» **THE TASK**: The answer must be an exact reproduction of the lines from the start of the records below through the line containing "FreeCAD Python script", and nothing more.

[SOURCE DATA]

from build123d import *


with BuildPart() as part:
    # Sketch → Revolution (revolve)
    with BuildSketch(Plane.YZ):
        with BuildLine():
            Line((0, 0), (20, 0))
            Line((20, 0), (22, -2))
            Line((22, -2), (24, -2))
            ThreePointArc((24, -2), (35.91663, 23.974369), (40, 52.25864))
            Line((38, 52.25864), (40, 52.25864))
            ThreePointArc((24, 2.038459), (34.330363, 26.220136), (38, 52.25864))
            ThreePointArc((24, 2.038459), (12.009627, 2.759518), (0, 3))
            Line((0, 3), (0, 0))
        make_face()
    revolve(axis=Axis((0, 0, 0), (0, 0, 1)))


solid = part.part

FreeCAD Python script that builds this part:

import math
import FreeCAD as App
import Part
import Sketcher
from FreeCAD import Vector
Q = App.Units.Quantity

doc = App.newDocument("Part")
body = doc.addObject("PartDesign::Body", "Body")

sketch1 = doc.addObject("Sketcher::SketchObject", "Sketch")
body.addObject(sketch1)
sketch1.AttachmentSupport = (doc.YZ_Plane, [""])
sketch1.MapMode = "FlatFace"
sketch1.addGeometry([
    Part.LineSegment(Vector(0, 0, 0), Vector(20, 0, 0)),
    Part.LineSegment(Vector(20, 0, 0), Vector(22, -2, 0)),
    Part.LineSegment(Vector(22, -2, 0), Vector(24, -2, 0)),
    Part.ArcOfCircle(Part.Circle(Vector(-60.000013, 52.258644, 0), Vector(0, 0, 1), 100.000013), math.radians(-32.859878), math.radians(-0.000002)),
    Part.LineSegment(Vector(40, 52.25864, 0), Vector(38, 52.25864, 0)),
    Part.ArcOfCircle(Part.Circle(Vector(-61.996667, 53.073453, 0), Vector(0, 0, 1), 99.999986), math.radians(-30.687146), math.radians(-0.466859)),
    Part.ArcOfCircle(Part.Circle(Vector(-0.000018, -297.000433, 0), Vector(0, 0, 1), 300.000433), math.radians(85.411437), math.radians(89.999997)),
    Part.LineSegment(Vector(0, 3, 0), Vector(0, 0, 0)),
], False)
sketch1.addConstraint([
    Sketcher.Constraint("Coincident", 0, 2, 1, 1),
    Sketcher.Constraint("Coincident", 1, 2, 2, 1),
    Sketcher.Constraint("Coincident", 2, 2, 3, 1),
    Sketcher.Constraint("Coincident", 3, 2, 4, 1),
    Sketcher.Constraint("Coincident", 4, 2, 5, 2),
    Sketcher.Constraint("Coincident", 5, 1, 6, 1),
    Sketcher.Constraint("Coincident", 6, 2, 7, 1),
    Sketcher.Constraint("Coincident", 7, 2, 0, 1),
    Sketcher.Constraint("Horizontal", 0),
    Sketcher.Constraint("Horizontal", 2),
    Sketcher.Constraint("Horizontal", 4),
    Sketcher.Constraint("Vertical", 7),
    Sketcher.Constraint("Coincident", 7, 2, -1, 1),
    Sketcher.Constraint("Vertical", 2, 2, 5, 1),
    Sketcher.Constraint("Equal", 2, 4),
    Sketcher.Constraint("DistanceX", 0, 1, 0, 2, Q("20 mm")),
    Sketcher.Constraint("DistanceX", 2, 1, 2, 2, Q("2 mm")),
    Sketcher.Constraint("DistanceY", 7, 2, 7, 1, Q("3 mm")),
    Sketcher.Constraint("Angle", 1, Q("-45 deg")),
    Sketcher.Constraint("DistanceX", -1, 1, 1, 2, Q("22 mm")),
    Sketcher.Constraint("DistanceX", -1, 1, 3, 2, Q("40 mm")),
    Sketcher.Constraint("Radius", 3, Q("100.000013 mm")),
    Sketcher.Constraint("Radius", 5, Q("99.999986 mm")),
    Sketcher.Constraint("Radius", 6, Q("300.000433 mm")),
    Sketcher.Constraint("DistanceY", -1, 1, 3, 2, Q("52.25864 mm")),
    Sketcher.Constraint("DistanceY", 3, 3, 5, 3, Q("0.814809 mm")),
])
revolution = doc.addObject("PartDesign::Revolution", "Revolution")
body.addObject(revolution)
revolution.Profile = sketch1
revolution.ReferenceAxis = (sketch1, ["V_Axis"])
revolution.Angle = 360

doc.recompute()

[/SOURCE DATA]

» **TASK SOLUTION**:
from build123d import *


with BuildPart() as part:
    # Sketch → Revolution (revolve)
    with BuildSketch(Plane.YZ):
        with BuildLine():
            Line((0, 0), (20, 0))
            Line((20, 0), (22, -2))
            Line((22, -2), (24, -2))
            ThreePointArc((24, -2), (35.91663, 23.974369), (40, 52.25864))
            Line((38, 52.25864), (40, 52.25864))
            ThreePointArc((24, 2.038459), (34.330363, 26.220136), (38, 52.25864))
            ThreePointArc((24, 2.038459), (12.009627, 2.759518), (0, 3))
            Line((0, 3), (0, 0))
        make_face()
    revolve(axis=Axis((0, 0, 0), (0, 0, 1)))


solid = part.part

FreeCAD Python script that builds this part:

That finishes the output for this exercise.